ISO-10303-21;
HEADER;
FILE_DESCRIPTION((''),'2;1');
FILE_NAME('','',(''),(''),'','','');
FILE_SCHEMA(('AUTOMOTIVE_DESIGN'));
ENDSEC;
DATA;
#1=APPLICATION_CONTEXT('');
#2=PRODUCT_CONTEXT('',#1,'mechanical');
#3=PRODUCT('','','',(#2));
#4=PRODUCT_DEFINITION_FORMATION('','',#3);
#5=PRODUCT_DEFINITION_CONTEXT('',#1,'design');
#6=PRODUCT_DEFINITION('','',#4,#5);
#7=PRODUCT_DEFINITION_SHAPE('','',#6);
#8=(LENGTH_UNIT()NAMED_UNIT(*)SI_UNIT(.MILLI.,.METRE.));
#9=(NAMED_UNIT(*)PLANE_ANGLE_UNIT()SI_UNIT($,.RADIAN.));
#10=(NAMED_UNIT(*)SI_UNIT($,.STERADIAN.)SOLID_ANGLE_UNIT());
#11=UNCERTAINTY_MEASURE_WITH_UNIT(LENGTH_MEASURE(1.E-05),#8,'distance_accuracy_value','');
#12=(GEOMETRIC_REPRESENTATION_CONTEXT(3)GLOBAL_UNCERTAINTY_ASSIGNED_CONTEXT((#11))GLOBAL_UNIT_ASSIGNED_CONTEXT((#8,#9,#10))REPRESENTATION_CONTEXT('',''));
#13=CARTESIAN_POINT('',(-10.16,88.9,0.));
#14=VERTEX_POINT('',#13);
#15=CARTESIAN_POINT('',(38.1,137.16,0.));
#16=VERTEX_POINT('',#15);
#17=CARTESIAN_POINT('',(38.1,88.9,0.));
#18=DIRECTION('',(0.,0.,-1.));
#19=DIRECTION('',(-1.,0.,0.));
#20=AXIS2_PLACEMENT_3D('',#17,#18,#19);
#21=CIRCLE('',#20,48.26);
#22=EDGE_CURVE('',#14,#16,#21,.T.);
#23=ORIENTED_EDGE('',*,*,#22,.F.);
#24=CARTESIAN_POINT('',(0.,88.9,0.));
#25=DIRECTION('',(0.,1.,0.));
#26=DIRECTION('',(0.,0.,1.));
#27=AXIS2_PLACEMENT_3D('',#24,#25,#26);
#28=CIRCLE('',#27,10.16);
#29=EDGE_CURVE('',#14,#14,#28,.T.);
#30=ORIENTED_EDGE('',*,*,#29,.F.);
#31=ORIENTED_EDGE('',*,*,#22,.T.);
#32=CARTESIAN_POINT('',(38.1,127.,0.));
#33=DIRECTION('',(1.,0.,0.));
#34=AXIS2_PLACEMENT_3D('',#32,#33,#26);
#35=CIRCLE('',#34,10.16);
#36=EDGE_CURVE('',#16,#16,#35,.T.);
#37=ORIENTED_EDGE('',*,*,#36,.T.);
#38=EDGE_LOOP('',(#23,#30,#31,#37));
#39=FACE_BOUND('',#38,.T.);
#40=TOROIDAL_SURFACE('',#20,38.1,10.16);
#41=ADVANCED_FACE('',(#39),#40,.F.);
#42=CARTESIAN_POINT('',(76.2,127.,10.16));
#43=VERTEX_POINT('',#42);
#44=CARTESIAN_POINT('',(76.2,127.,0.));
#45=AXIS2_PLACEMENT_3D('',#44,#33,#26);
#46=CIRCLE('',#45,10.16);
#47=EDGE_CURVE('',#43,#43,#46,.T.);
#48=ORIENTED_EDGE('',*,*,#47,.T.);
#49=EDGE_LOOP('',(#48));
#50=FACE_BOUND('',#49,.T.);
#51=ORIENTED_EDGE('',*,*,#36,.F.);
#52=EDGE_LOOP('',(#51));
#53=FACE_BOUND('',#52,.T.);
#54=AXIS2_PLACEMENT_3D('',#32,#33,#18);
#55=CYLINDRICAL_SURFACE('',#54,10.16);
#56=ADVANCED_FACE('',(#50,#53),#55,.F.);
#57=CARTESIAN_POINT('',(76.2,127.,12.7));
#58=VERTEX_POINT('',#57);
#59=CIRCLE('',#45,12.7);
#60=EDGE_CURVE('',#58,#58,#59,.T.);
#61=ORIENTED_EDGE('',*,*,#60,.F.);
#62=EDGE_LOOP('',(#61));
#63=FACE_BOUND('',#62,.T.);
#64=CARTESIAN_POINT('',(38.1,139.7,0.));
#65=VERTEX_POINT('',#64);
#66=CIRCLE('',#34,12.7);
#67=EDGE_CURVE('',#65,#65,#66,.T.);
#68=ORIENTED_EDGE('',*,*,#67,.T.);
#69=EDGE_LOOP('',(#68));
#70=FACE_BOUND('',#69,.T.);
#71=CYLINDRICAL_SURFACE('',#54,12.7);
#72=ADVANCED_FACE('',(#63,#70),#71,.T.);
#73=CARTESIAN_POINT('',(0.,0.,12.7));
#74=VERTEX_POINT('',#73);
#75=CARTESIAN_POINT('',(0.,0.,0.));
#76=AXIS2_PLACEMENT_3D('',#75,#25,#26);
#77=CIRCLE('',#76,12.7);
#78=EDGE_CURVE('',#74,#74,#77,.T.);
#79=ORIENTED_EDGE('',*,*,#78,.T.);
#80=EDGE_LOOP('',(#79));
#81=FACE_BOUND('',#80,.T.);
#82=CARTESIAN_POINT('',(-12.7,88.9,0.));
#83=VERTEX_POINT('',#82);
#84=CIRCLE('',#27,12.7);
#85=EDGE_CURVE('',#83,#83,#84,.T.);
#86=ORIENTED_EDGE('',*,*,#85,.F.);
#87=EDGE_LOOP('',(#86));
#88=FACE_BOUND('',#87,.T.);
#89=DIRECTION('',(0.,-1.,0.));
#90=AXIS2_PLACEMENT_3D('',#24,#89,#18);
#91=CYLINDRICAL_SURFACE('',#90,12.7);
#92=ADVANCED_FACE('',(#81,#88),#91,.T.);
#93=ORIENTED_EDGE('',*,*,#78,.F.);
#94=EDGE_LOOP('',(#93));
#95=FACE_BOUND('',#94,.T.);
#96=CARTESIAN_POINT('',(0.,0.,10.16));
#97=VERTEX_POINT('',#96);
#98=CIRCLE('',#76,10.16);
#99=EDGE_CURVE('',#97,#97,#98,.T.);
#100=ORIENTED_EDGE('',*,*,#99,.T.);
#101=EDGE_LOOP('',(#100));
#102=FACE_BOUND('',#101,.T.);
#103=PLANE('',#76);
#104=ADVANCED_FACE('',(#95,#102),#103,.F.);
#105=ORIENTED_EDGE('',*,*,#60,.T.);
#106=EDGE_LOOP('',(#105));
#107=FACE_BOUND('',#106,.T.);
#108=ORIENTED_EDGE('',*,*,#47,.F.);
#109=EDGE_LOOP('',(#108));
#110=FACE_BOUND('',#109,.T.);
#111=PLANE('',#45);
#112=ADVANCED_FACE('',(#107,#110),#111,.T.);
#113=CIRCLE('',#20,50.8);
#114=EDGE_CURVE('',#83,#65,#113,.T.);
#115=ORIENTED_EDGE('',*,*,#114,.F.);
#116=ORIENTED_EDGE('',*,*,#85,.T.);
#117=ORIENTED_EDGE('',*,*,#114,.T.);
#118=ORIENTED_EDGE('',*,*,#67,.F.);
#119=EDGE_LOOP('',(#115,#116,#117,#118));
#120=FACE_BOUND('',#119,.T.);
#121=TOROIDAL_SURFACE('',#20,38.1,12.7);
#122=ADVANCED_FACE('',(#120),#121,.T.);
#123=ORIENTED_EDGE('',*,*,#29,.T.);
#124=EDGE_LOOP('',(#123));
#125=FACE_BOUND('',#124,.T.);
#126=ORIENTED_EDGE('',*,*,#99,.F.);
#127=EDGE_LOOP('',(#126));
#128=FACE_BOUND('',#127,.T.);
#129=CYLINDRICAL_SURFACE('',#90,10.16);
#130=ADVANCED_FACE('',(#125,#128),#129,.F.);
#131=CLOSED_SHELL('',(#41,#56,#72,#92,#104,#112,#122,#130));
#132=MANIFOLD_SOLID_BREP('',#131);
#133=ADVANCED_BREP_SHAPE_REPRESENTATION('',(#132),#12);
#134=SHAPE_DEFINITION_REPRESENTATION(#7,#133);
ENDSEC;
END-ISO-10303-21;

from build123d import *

# Parameters (mm, degrees)
SKETCH1_R   = 12.7
SKETCH1_R_2 = 10.16


with BuildPart() as part:
    # Sweep1: sweep along a path in Sketch3
    with BuildLine(Plane.XY) as sweep1_path:
        Line((0, 0), (0, 88.9))
        ThreePointArc((0, 88.9), (11.159231637, 115.840768363), (38.1, 127))
        Line((38.1, 127), (76.2, 127))
    # Sketch1 → Sweep1 (sweep)
    with BuildSketch(Plane(origin=(0, 0, 0), x_dir=(1, 0, 0), z_dir=(0, 1, 0))):
        Circle(SKETCH1_R)
        Circle(SKETCH1_R_2, mode=Mode.SUBTRACT)
    sweep(path=sweep1_path.line)


solid = part.part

________

Please copy the lines above from the line with "#86=ORIENTED_EDGE('',*,*,#85,.F.);" up to and including the line with "#93=ORIENTED_EDGE('',*,*,#78,.F.);", exactly as written and with nothing else.

RESULT FOR THIS EXERCISE =
#86=ORIENTED_EDGE('',*,*,#85,.F.);
#87=EDGE_LOOP('',(#86));
#88=FACE_BOUND('',#87,.T.);
#89=DIRECTION('',(0.,-1.,0.));
#90=AXIS2_PLACEMENT_3D('',#24,#89,#18);
#91=CYLINDRICAL_SURFACE('',#90,12.7);
#92=ADVANCED_FACE('',(#81,#88),#91,.T.);
#93=ORIENTED_EDGE('',*,*,#78,.F.);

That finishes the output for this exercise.